| Work order |
From the entries below, retype only the lines from the one with "#41=CARTESIAN_POINT('',(-11.,0.,40.));" through the one with "#74=DIRECTION('',(0.707106781,0.707106781,0.));", exactly as written.

| Materials provided |
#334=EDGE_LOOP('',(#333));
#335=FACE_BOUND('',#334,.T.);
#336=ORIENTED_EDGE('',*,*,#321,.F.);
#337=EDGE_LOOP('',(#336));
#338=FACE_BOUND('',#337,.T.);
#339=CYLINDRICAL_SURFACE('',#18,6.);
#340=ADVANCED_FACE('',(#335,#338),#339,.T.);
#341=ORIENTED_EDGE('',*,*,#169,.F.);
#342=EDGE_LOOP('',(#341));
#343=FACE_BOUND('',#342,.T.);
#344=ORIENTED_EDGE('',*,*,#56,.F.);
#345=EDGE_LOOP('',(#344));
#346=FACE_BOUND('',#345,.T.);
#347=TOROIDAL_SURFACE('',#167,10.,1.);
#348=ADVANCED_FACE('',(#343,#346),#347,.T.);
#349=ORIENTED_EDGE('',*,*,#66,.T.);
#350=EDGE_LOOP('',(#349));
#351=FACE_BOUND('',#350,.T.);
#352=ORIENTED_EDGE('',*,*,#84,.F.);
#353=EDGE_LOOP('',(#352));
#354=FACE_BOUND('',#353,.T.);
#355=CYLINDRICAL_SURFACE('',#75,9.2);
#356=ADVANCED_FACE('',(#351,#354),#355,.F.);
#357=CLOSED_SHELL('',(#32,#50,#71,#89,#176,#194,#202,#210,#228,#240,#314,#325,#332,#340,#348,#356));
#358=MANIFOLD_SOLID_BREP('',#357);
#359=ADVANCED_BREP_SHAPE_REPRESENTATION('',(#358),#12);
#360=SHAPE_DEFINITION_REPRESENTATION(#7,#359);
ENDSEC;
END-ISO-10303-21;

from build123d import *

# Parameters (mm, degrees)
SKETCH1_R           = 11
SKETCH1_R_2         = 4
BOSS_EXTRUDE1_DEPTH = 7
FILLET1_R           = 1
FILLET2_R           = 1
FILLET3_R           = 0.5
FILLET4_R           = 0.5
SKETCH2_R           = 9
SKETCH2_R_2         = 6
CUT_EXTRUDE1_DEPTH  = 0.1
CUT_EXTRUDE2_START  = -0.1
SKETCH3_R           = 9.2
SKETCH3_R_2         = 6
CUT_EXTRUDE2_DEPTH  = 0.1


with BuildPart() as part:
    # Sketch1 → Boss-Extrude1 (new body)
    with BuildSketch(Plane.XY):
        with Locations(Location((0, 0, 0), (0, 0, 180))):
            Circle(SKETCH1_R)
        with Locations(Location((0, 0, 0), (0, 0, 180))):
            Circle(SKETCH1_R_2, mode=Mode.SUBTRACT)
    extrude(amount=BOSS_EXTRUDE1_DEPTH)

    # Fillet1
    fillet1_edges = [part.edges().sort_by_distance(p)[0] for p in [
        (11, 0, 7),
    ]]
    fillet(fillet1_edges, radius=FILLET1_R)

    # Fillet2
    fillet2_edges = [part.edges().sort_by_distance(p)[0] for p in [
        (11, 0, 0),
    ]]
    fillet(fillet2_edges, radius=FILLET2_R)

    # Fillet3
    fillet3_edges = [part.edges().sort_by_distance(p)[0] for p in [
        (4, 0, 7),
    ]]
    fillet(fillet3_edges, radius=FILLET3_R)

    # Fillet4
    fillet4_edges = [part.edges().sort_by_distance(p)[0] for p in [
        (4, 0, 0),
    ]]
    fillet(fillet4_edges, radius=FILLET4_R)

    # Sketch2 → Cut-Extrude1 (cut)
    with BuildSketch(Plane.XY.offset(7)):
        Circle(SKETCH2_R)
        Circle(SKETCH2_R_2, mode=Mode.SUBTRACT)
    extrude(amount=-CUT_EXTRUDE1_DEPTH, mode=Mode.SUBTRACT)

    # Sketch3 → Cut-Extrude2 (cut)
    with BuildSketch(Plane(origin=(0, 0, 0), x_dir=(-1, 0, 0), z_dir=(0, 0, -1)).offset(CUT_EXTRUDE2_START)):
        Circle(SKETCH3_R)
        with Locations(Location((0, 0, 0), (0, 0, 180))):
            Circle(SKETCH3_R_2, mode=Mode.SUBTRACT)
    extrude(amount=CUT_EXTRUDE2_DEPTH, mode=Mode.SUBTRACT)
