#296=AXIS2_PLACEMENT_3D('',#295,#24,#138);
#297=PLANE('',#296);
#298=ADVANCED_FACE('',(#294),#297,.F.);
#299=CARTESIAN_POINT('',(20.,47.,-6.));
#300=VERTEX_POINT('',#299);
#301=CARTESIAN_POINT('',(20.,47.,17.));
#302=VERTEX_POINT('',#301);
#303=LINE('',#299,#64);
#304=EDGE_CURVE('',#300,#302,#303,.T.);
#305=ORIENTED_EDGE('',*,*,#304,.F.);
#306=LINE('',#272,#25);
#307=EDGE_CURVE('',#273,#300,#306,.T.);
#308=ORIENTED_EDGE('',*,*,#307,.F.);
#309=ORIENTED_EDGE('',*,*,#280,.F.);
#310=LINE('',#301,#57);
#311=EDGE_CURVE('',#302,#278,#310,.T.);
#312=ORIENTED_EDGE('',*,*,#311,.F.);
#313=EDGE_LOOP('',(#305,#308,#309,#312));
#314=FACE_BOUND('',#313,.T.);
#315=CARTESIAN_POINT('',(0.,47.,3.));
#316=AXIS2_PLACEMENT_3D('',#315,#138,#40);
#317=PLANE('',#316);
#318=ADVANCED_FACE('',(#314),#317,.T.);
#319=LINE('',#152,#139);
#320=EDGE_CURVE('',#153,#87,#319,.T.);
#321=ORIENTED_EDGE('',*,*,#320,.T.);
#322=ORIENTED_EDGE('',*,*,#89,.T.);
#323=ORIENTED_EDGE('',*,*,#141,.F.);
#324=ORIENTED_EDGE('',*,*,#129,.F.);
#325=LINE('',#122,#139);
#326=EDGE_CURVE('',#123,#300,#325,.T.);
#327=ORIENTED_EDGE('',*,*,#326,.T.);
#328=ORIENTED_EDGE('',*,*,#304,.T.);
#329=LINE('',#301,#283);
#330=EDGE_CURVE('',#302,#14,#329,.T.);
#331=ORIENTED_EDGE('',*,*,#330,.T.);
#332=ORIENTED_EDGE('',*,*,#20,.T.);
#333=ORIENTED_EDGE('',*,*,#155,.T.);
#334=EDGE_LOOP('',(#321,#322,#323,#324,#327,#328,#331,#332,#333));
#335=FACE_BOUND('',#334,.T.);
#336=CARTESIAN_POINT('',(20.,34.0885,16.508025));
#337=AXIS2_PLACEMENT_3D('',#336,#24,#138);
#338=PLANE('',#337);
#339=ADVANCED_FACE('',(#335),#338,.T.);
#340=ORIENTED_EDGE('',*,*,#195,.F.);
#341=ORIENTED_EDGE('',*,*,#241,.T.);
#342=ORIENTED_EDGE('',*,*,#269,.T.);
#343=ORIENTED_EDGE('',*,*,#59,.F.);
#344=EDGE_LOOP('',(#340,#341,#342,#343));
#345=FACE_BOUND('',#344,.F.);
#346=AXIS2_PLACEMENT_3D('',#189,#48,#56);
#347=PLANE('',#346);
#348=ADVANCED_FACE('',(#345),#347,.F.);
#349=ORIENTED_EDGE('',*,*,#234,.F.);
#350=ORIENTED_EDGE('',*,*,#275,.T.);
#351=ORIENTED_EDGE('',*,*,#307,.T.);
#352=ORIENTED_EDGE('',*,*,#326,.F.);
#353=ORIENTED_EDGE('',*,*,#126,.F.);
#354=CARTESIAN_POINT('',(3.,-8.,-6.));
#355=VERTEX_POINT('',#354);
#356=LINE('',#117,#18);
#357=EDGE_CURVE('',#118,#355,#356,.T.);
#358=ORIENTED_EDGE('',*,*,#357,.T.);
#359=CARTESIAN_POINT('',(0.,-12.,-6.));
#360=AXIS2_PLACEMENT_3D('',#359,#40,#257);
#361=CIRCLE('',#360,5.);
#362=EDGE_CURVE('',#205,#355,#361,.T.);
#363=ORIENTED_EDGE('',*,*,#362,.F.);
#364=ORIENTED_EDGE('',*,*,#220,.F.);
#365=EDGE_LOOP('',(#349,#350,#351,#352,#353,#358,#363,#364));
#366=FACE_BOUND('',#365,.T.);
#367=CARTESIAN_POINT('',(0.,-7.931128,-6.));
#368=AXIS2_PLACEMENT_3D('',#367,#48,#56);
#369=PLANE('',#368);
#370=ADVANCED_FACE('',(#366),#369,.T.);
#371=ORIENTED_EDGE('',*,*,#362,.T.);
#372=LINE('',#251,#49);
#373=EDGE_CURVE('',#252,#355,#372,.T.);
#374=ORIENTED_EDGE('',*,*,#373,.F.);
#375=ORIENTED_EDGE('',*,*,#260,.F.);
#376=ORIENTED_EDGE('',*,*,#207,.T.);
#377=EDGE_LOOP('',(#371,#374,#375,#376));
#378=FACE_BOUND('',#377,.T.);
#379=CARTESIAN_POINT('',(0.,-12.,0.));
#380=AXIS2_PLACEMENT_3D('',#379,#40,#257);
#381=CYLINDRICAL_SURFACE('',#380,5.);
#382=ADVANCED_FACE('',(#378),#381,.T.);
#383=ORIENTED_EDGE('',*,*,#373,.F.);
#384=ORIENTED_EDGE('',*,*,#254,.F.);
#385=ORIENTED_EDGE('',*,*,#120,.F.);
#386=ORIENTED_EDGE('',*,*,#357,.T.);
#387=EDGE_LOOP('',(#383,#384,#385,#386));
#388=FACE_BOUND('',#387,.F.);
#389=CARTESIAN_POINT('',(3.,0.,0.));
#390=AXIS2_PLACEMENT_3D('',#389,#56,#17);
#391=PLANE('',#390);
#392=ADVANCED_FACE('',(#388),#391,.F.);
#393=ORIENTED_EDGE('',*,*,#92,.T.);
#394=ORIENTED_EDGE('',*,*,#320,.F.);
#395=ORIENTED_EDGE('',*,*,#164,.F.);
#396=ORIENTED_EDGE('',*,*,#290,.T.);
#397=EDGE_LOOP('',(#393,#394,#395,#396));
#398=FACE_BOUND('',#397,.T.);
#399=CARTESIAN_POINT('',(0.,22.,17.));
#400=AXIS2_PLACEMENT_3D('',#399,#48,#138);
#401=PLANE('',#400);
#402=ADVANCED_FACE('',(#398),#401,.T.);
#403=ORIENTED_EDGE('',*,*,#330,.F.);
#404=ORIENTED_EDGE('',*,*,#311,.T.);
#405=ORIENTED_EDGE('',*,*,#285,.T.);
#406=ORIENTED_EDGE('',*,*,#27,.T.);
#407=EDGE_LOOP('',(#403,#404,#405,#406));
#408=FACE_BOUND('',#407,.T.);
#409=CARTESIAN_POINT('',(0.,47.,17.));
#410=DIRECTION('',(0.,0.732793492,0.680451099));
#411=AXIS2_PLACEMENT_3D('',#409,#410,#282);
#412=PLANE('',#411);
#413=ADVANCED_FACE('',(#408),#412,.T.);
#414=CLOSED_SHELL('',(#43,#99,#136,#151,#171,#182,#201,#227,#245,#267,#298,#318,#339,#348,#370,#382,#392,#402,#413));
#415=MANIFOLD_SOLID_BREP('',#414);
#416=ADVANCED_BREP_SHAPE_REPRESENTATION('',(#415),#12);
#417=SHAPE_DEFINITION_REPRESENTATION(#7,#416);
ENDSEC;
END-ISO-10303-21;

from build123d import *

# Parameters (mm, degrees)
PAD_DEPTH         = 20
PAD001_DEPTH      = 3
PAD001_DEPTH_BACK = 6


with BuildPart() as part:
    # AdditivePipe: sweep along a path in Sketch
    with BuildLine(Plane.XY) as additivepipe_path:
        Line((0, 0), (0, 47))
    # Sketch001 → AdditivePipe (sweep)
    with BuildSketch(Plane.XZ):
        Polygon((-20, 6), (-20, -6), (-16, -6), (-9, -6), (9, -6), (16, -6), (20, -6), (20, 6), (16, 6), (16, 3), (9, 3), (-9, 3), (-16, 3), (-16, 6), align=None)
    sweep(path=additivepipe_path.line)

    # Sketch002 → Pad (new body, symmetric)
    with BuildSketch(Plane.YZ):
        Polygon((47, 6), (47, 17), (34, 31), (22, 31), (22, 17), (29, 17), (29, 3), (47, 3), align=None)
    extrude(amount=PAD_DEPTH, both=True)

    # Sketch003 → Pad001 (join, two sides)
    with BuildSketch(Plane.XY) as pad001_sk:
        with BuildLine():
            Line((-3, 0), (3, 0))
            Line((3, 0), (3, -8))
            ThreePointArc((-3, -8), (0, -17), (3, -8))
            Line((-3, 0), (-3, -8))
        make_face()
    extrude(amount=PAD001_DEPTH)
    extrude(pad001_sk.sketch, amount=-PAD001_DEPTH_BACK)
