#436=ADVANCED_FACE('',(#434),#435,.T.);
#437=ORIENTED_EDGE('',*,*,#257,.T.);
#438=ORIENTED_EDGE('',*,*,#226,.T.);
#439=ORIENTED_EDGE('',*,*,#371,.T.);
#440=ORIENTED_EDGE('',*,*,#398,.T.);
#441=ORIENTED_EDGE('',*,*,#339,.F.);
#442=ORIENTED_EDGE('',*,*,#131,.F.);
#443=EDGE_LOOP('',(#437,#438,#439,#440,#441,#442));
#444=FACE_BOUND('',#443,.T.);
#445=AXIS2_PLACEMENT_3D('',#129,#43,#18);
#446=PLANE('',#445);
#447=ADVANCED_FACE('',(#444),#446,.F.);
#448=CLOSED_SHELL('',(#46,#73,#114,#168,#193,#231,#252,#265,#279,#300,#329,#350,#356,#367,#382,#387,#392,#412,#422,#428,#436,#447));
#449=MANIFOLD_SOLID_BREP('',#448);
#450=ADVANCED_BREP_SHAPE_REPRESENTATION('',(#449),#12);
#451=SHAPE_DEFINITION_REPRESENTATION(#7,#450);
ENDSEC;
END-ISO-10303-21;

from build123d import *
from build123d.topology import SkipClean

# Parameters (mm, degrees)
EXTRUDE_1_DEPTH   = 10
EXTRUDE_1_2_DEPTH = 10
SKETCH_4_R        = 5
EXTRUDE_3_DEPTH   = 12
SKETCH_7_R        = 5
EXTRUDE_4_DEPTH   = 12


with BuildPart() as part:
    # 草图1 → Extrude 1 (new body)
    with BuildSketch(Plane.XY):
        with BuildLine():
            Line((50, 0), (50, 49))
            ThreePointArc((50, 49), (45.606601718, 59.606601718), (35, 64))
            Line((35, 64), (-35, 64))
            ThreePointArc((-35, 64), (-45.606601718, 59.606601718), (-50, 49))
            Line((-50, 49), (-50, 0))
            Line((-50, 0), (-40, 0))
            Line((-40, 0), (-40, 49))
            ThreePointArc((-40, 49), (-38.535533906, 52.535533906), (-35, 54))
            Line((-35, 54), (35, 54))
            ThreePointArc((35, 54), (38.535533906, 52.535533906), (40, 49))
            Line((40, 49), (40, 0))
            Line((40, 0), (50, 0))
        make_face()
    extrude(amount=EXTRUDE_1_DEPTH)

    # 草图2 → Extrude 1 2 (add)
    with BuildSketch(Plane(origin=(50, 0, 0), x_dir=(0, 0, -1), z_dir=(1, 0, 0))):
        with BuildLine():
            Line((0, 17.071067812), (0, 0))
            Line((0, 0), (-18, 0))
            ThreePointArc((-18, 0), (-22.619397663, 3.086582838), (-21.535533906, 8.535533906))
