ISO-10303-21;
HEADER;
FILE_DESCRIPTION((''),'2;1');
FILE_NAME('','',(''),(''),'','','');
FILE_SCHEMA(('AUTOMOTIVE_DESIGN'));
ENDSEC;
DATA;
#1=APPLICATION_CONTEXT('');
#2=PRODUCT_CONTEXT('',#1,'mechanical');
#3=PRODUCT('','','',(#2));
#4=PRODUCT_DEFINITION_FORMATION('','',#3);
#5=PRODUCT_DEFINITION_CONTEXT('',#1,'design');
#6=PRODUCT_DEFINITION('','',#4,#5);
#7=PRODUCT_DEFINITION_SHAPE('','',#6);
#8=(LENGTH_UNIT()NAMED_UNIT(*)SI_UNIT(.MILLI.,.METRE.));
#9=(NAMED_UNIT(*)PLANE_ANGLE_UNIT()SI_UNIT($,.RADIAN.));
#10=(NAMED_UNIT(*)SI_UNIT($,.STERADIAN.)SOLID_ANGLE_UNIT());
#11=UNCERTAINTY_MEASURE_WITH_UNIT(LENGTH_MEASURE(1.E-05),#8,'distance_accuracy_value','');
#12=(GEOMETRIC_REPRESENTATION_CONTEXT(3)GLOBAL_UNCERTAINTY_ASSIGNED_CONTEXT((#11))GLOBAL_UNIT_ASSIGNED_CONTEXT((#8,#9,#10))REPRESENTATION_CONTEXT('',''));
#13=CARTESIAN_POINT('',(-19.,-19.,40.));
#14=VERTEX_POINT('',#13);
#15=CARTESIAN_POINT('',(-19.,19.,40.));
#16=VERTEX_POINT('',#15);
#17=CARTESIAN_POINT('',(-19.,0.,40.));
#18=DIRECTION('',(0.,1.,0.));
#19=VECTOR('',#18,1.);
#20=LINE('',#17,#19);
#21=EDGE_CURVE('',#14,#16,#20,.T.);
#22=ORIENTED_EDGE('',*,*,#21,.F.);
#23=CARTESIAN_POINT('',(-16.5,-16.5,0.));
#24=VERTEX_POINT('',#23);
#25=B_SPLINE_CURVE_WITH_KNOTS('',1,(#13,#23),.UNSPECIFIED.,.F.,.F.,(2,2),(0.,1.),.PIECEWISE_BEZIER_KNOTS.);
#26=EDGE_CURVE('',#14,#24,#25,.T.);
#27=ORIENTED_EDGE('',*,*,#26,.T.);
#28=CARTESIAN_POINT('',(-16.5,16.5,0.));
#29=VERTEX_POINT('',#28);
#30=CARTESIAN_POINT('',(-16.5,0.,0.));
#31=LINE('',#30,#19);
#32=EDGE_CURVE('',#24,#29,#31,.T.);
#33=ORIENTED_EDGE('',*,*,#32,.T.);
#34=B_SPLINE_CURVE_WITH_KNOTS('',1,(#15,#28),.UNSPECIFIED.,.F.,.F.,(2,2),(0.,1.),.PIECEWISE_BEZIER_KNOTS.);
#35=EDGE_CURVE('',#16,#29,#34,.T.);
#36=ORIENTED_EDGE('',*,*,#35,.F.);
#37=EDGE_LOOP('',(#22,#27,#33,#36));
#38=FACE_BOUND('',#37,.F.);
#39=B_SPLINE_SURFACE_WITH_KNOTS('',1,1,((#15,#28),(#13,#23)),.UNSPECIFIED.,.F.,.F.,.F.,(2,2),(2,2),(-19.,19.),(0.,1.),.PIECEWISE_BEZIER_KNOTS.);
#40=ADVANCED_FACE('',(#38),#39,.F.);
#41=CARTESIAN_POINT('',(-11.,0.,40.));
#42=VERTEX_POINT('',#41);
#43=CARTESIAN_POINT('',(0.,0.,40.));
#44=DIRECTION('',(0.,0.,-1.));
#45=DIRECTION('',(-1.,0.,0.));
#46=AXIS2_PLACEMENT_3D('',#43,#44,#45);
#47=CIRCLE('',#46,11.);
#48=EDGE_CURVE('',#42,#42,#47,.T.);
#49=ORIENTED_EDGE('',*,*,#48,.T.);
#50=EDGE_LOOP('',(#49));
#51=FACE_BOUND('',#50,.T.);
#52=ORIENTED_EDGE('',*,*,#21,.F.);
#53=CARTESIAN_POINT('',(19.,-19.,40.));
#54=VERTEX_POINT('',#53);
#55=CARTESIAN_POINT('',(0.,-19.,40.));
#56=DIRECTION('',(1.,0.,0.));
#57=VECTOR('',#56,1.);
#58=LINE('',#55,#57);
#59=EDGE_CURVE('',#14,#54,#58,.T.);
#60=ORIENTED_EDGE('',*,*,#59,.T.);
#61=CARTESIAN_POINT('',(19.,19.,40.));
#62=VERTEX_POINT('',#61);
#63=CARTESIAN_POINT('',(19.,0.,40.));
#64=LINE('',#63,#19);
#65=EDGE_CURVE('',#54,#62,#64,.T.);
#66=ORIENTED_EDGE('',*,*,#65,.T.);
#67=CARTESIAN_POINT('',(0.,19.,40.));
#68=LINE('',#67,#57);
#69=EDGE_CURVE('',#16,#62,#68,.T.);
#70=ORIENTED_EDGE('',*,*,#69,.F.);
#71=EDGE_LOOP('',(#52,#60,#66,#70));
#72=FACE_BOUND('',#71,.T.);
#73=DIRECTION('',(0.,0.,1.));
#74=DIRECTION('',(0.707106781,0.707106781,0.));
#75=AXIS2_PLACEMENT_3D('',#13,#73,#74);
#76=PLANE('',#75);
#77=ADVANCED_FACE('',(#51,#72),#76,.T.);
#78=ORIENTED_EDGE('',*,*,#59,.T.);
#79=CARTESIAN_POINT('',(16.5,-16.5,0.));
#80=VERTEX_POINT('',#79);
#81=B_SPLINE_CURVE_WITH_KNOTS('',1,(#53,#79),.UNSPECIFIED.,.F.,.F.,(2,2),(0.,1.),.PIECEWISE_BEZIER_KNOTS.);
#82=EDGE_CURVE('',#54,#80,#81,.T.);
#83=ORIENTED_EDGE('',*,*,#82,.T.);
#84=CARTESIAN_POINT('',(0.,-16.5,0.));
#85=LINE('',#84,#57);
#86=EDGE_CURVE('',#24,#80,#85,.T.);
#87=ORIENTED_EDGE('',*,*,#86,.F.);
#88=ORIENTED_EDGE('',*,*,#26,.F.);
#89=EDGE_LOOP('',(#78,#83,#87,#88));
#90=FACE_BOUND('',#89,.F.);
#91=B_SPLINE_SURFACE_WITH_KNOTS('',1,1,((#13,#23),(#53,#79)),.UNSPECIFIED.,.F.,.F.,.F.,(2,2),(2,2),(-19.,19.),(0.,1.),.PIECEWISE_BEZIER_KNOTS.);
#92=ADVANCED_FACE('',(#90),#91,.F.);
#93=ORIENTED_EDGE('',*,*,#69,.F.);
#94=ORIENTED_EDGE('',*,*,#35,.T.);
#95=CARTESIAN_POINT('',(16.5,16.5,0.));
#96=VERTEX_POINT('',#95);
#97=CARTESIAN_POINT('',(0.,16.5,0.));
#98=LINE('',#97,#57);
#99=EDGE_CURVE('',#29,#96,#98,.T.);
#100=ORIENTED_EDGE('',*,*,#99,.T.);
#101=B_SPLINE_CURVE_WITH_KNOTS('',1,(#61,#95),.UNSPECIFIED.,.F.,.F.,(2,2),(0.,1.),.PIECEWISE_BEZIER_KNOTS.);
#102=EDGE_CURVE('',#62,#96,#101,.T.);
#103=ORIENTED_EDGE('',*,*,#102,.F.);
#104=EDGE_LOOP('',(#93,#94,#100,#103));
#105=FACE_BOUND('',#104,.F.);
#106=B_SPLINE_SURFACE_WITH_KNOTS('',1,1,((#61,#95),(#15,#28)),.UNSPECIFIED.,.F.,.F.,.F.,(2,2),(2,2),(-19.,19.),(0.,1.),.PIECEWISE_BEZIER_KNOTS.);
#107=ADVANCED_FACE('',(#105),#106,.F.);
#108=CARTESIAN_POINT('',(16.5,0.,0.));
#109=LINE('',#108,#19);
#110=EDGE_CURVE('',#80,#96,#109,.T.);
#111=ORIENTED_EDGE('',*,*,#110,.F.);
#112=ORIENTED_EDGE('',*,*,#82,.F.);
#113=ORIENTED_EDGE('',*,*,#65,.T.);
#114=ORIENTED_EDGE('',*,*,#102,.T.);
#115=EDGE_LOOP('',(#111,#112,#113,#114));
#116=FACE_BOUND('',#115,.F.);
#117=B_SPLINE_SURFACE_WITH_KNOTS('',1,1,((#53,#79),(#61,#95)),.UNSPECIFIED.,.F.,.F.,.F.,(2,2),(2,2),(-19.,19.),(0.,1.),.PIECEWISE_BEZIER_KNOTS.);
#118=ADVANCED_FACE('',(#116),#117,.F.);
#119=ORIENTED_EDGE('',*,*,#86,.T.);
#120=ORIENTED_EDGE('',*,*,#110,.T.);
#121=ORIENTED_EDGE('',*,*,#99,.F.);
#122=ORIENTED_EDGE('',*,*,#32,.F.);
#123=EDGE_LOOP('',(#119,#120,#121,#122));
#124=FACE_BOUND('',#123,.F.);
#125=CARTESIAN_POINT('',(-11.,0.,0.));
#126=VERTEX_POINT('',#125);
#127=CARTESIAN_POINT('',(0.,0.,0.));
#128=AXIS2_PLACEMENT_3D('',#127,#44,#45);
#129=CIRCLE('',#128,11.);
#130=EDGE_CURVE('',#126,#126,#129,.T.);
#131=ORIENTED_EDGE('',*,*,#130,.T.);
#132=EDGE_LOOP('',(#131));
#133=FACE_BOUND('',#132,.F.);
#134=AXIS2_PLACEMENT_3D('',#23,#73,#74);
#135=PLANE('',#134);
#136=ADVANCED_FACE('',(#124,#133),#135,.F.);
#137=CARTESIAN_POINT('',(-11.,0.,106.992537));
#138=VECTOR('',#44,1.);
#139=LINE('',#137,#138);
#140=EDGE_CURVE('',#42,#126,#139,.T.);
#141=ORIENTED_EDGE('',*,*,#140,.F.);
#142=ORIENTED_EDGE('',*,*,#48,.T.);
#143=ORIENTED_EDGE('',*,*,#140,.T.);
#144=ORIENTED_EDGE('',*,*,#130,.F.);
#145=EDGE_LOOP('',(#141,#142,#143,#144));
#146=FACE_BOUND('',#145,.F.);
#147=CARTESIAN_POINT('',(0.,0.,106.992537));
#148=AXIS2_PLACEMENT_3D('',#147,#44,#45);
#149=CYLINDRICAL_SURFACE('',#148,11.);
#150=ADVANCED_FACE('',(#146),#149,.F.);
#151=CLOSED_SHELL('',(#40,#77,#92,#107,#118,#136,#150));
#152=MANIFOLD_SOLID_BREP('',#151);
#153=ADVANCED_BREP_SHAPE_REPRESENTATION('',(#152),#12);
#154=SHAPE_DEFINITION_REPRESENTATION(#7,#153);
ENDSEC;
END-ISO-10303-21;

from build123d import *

# Parameters (mm, degrees)
F2_W = 38
F2_H = 38
F0_W = 33
F0_H = 33
F5_D = 22


with BuildPart() as f3:
    # F2 (on offset) → F3 section 0
    with BuildSketch(Plane.XY.offset(40)):
        Rectangle(F2_W, F2_H)
    # F0 (on Top) → F3 section 1
    with BuildSketch(Plane.XY):
        Rectangle(F0_W, F0_H)
    loft()

    # F5 (through all)
    with Locations(Plane.XY.offset(40)):
        with Locations((0, 0)):
            Hole(F5_D / 2)


solid = f3.part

| Solution to this exercise |
#41=CARTESIAN_POINT('',(-11.,0.,40.));
#42=VERTEX_POINT('',#41);
#43=CARTESIAN_POINT('',(0.,0.,40.));
#44=DIRECTION('',(0.,0.,-1.));
#45=DIRECTION('',(-1.,0.,0.));
#46=AXIS2_PLACEMENT_3D('',#43,#44,#45);
#47=CIRCLE('',#46,11.);
#48=EDGE_CURVE('',#42,#42,#47,.T.);
#49=ORIENTED_EDGE('',*,*,#48,.T.);
#50=EDGE_LOOP('',(#49));
#51=FACE_BOUND('',#50,.T.);
#52=ORIENTED_EDGE('',*,*,#21,.F.);
#53=CARTESIAN_POINT('',(19.,-19.,40.));
#54=VERTEX_POINT('',#53);
#55=CARTESIAN_POINT('',(0.,-19.,40.));
#56=DIRECTION('',(1.,0.,0.));
#57=VECTOR('',#56,1.);
#58=LINE('',#55,#57);
#59=EDGE_CURVE('',#14,#54,#58,.T.);
#60=ORIENTED_EDGE('',*,*,#59,.T.);
#61=CARTESIAN_POINT('',(19.,19.,40.));
#62=VERTEX_POINT('',#61);
#63=CARTESIAN_POINT('',(19.,0.,40.));
#64=LINE('',#63,#19);
#65=EDGE_CURVE('',#54,#62,#64,.T.);
#66=ORIENTED_EDGE('',*,*,#65,.T.);
#67=CARTESIAN_POINT('',(0.,19.,40.));
#68=LINE('',#67,#57);
#69=EDGE_CURVE('',#16,#62,#68,.T.);
#70=ORIENTED_EDGE('',*,*,#69,.F.);
#71=EDGE_LOOP('',(#52,#60,#66,#70));
#72=FACE_BOUND('',#71,.T.);
#73=DIRECTION('',(0.,0.,1.));
#74=DIRECTION('',(0.707106781,0.707106781,0.));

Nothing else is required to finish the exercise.